### Exercise aim
From the entries below, return only the lines starting at the one that contains "#162=SHAPE_DEFINITION_REPRESENTATION(#7,#161);" and ending at the one that contains "The same part", exactly as they stand.
----
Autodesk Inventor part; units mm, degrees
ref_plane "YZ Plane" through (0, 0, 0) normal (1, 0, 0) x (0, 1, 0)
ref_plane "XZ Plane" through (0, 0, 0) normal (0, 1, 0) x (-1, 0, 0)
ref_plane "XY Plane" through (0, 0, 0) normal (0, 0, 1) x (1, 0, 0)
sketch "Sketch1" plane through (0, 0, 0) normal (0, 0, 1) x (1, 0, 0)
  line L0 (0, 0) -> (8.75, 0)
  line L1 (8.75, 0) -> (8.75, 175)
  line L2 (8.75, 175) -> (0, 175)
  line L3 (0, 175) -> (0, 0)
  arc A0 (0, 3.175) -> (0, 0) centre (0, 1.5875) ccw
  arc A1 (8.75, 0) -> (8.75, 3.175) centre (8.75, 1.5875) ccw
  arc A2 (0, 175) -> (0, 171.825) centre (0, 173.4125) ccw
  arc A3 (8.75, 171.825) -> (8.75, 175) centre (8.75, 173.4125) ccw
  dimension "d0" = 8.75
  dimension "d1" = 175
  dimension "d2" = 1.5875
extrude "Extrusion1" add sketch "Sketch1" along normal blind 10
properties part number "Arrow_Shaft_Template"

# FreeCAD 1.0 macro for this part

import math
import FreeCAD as App
import Part
import Sketcher
Q = App.Units.Quantity

doc = App.newDocument("Part")
params = doc.addObject("Spreadsheet::Sheet", "Params")
for row, (alias, value) in enumerate([
    ("sketch1_radius", "0.0625 in"),
    ("pad1_length", "0.3937008 in"),
], start=1):
    params.set(f"A{row}", alias)
    params.set(f"B{row}", "=" + value)
    params.setAlias(f"B{row}", alias)

body = doc.addObject("PartDesign::Body", "Body")

# Sketch on XY plane
sketch1 = body.newObject("Sketcher::SketchObject", "Sketch")
sketch1.AttachmentSupport = (doc.getObject("XY_Plane"), [""])
sketch1.MapMode = "FlatFace"
sketch1.addGeometry([
    Part.LineSegment(App.Vector(0, 171.8, 0), App.Vector(0, 3.2, 0)),  # 0
    Part.ArcOfCircle(Part.Circle(App.Vector(0, 1.6, 0), App.Vector(0, 0, 1), 1.6), math.radians(90), math.radians(270)),  # 1
    Part.LineSegment(App.Vector(0, 0, 0), App.Vector(8.8, 0, 0)),  # 2
    Part.ArcOfCircle(Part.Circle(App.Vector(8.8, 1.6, 0), App.Vector(0, 0, 1), 1.6), math.radians(-90), math.radians(90)),  # 3
    Part.LineSegment(App.Vector(8.8, 3.2, 0), App.Vector(8.8, 171.8, 0)),  # 4
    Part.ArcOfCircle(Part.Circle(App.Vector(8.8, 173.4, 0), App.Vector(0, 0, 1), 1.6), math.radians(-90), math.radians(90)),  # 5
    Part.LineSegment(App.Vector(8.8, 175, 0), App.Vector(0, 175, 0)),  # 6
    Part.ArcOfCircle(Part.Circle(App.Vector(0, 173.4, 0), App.Vector(0, 0, 1), 1.6), math.radians(90), math.radians(270)),  # 7
], False)
sketch1.addConstraint([
    Sketcher.Constraint("Coincident", 0, 2, 1, 1),
    Sketcher.Constraint("Tangent", 1, 2, 2, 1),
    Sketcher.Constraint("Tangent", 2, 2, 3, 1),
    Sketcher.Constraint("Coincident", 3, 2, 4, 1),
    Sketcher.Constraint("Coincident", 4, 2, 5, 1),
    Sketcher.Constraint("Tangent", 5, 2, 6, 1),
    Sketcher.Constraint("Tangent", 6, 2, 7, 1),
    Sketcher.Constraint("Coincident", 7, 2, 0, 1),
    Sketcher.Constraint("Vertical", 0),
    Sketcher.Constraint("Horizontal", 2),
    Sketcher.Constraint("Vertical", 4),
    Sketcher.Constraint("Horizontal", 6),
    Sketcher.Constraint("Coincident", 1, 2, -1, 1),
    Sketcher.Constraint("Equal", 1, 3),
    Sketcher.Constraint("Equal", 3, 5),
    Sketcher.Constraint("Equal", 5, 7),
    Sketcher.Constraint("PointOnObject", 7, 3, -2),
    Sketcher.Constraint("PointOnObject", 0, 2, -2),
    Sketcher.Constraint("Vertical", 3, 3, 5, 3),
    Sketcher.Constraint("Vertical", 2, 2, 3, 2),
    Sketcher.Constraint("Radius", 1, Q("0.0625 in")),
    Sketcher.Constraint("DistanceX", 2, 1, 2, 2, Q("0.3445 in")),
    Sketcher.Constraint("DistanceY", -1, 1, 5, 2, Q("175 mm")),
])
sketch1.setExpression("Constraints[20]", "Params.sketch1_radius")
pad1 = body.newObject("PartDesign::Pad", "Pad")
pad1.Profile = sketch1
pad1.setExpression("Length", "Params.pad1_length")

doc.recompute()
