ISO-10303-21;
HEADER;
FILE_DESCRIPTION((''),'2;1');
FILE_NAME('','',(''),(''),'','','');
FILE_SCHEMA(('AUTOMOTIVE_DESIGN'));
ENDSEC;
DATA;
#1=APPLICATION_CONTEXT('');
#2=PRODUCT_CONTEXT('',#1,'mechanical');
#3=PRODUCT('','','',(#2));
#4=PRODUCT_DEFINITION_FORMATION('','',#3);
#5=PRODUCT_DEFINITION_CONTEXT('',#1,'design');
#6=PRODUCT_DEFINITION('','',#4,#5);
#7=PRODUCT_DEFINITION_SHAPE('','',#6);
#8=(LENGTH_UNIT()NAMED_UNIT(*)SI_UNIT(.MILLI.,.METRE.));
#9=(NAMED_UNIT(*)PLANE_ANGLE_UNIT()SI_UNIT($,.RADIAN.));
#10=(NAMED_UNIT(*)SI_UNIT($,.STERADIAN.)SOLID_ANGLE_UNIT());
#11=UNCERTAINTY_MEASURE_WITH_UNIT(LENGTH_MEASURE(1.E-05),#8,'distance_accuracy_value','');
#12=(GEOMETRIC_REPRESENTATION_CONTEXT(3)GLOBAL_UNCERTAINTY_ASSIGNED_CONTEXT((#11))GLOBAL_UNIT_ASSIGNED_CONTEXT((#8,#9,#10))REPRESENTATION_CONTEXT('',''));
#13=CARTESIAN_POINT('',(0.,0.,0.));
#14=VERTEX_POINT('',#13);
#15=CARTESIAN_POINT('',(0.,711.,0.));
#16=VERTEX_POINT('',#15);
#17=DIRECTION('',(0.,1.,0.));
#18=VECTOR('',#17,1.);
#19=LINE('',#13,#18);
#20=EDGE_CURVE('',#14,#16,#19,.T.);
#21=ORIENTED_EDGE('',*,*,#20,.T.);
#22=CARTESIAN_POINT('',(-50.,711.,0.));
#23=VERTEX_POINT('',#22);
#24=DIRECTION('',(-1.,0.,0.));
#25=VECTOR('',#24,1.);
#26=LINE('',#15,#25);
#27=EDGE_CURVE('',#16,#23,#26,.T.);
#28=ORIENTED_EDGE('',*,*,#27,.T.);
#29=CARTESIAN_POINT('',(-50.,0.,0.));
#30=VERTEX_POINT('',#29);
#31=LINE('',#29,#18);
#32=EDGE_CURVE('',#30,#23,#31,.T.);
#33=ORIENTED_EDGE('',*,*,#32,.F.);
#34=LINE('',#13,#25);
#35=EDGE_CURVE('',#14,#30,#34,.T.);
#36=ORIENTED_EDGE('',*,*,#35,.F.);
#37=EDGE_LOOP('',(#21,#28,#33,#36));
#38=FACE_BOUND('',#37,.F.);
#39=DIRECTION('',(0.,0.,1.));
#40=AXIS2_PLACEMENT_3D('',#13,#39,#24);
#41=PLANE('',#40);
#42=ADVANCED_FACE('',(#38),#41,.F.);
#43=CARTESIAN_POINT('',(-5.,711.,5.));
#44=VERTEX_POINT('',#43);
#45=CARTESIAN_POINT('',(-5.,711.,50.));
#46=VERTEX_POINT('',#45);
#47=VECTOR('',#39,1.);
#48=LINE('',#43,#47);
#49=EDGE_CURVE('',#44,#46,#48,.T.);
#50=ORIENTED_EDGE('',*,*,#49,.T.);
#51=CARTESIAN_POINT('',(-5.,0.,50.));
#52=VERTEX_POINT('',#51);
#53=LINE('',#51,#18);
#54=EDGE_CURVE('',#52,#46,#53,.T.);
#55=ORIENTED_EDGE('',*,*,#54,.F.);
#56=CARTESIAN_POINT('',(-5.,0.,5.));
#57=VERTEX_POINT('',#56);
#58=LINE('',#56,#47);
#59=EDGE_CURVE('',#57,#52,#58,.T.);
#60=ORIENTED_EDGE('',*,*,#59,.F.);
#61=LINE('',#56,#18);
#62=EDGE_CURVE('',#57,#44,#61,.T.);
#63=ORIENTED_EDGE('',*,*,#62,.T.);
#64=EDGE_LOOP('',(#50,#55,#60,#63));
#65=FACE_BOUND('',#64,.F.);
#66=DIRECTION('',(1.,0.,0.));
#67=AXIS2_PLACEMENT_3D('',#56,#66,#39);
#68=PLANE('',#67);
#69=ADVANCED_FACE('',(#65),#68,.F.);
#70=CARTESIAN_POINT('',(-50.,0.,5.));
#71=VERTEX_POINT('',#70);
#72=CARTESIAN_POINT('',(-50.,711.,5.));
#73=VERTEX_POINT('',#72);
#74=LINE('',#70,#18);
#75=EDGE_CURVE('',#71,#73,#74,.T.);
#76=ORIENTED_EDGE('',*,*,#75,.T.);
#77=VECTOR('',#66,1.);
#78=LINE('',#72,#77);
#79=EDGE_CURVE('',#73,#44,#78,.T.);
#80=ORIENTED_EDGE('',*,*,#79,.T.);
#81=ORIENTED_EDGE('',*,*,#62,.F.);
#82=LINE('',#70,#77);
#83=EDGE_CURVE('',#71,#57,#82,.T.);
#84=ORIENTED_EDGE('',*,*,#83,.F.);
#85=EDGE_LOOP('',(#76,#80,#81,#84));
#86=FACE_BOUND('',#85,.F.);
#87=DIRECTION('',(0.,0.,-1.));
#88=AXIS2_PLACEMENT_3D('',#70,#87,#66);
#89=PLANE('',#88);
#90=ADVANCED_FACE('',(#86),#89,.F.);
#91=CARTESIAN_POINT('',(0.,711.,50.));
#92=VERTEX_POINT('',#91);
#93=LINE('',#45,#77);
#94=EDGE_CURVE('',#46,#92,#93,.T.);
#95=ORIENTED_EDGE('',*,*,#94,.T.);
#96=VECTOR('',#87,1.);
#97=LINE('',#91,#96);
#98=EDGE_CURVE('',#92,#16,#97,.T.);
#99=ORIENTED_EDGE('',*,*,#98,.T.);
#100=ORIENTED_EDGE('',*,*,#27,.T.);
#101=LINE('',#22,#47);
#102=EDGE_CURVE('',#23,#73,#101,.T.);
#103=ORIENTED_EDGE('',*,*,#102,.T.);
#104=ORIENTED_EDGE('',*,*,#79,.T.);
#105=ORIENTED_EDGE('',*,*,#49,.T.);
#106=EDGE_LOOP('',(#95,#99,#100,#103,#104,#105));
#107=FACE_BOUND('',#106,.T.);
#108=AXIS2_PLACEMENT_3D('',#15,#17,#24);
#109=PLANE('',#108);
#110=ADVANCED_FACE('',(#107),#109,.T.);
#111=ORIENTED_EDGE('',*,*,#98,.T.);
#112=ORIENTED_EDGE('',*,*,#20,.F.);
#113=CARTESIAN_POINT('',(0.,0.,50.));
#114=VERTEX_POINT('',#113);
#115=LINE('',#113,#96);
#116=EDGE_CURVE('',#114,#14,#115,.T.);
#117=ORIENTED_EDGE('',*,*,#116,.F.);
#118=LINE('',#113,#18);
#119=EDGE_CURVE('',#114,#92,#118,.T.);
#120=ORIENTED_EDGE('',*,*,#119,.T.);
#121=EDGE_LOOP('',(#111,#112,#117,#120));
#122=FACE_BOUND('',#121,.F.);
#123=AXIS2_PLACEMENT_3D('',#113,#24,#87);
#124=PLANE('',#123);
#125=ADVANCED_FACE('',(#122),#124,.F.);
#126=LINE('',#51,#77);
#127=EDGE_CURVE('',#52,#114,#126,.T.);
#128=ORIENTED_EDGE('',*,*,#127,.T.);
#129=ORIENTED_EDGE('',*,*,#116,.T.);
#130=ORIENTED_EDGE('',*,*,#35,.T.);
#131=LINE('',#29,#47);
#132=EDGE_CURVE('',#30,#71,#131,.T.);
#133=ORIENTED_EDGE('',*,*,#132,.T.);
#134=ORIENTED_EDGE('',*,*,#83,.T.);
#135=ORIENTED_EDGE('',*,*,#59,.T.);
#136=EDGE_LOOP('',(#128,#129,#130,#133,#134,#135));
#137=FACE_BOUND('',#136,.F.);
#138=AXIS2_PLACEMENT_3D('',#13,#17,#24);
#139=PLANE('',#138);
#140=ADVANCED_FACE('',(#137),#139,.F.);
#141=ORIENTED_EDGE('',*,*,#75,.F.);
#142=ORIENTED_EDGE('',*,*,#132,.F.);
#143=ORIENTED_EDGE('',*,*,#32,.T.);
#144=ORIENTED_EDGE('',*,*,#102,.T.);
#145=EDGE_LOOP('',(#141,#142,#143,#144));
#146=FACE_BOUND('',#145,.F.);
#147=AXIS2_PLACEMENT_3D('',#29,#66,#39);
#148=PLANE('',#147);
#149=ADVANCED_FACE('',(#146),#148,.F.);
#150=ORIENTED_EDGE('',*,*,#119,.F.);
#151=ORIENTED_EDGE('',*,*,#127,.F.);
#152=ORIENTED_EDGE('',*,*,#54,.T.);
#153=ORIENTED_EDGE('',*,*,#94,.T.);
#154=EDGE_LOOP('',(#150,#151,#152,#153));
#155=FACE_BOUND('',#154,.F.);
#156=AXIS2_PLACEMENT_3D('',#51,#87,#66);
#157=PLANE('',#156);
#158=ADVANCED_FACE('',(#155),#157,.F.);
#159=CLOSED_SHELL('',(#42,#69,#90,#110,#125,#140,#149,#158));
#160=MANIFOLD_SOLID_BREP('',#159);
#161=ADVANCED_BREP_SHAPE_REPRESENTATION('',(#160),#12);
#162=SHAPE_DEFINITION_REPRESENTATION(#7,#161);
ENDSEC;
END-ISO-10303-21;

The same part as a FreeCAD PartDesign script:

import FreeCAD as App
import Part
import Sketcher
Q = App.Units.Quantity


def add_polygon(sketch, points):
    """Adds a closed chain of lines whose ends are joined by coincident constraints."""
    first, n = sketch.GeometryCount, len(points)
    for a, b in zip(points, points[1:] + points[:1]):
        sketch.addGeometry(Part.LineSegment(App.Vector(*a, 0), App.Vector(*b, 0)), False)
    for i in range(n):
        sketch.addConstraint(Sketcher.Constraint("Coincident", first + i, 2, first + (i + 1) % n, 1))

doc = App.newDocument("Part")
params = doc.addObject("Spreadsheet::Sheet", "Params")
for row, (alias, value) in enumerate([
    ("sketch1_width", "5 mm"),
    ("sketch1_width2", "50 mm"),
    ("pad1_length", "711 mm"),
], start=1):
    params.set(f"A{row}", alias)
    params.set(f"B{row}", "=" + value)
    params.setAlias(f"B{row}", alias)

body = doc.addObject("PartDesign::Body", "Body")

sketch1 = body.newObject("Sketcher::SketchObject", "Sketch")
sketch1.AttachmentSupport = (doc.getObject("XZ_Plane"), [""])
sketch1.MapMode = "FlatFace"
add_polygon(sketch1, [(-5, 50), (0, 50), (0, 0), (-50, 0), (-50, 5), (-5, 5)])
sketch1.addConstraint([
    Sketcher.Constraint("Horizontal", 0),
    Sketcher.Constraint("Vertical", 1),
    Sketcher.Constraint("Horizontal", 2),
    Sketcher.Constraint("Vertical", 3),
    Sketcher.Constraint("Horizontal", 4),
    Sketcher.Constraint("Vertical", 5),
    Sketcher.Constraint("Coincident", 1, 2, -1, 1),
    Sketcher.Constraint("Equal", 2, 1),
    Sketcher.Constraint("Equal", 0, 3),
    Sketcher.Constraint("DistanceX", 0, 1, 0, 2, Q("5 mm")),
    Sketcher.Constraint("DistanceX", 2, 2, 2, 1, Q("50 mm")),
])
sketch1.setExpression("Constraints[15]", "Params.sketch1_width")
sketch1.setExpression("Constraints[16]", "Params.sketch1_width2")
pad1 = body.newObject("PartDesign::Pad", "Pad")
pad1.Profile = sketch1
pad1.setExpression("Length", "Params.pad1_length")
pad1.Reversed = True

doc.recompute()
----
### Output for this exercise
#162=SHAPE_DEFINITION_REPRESENTATION(#7,#161);
ENDSEC;
END-ISO-10303-21;

The same part as a FreeCAD PartDesign script:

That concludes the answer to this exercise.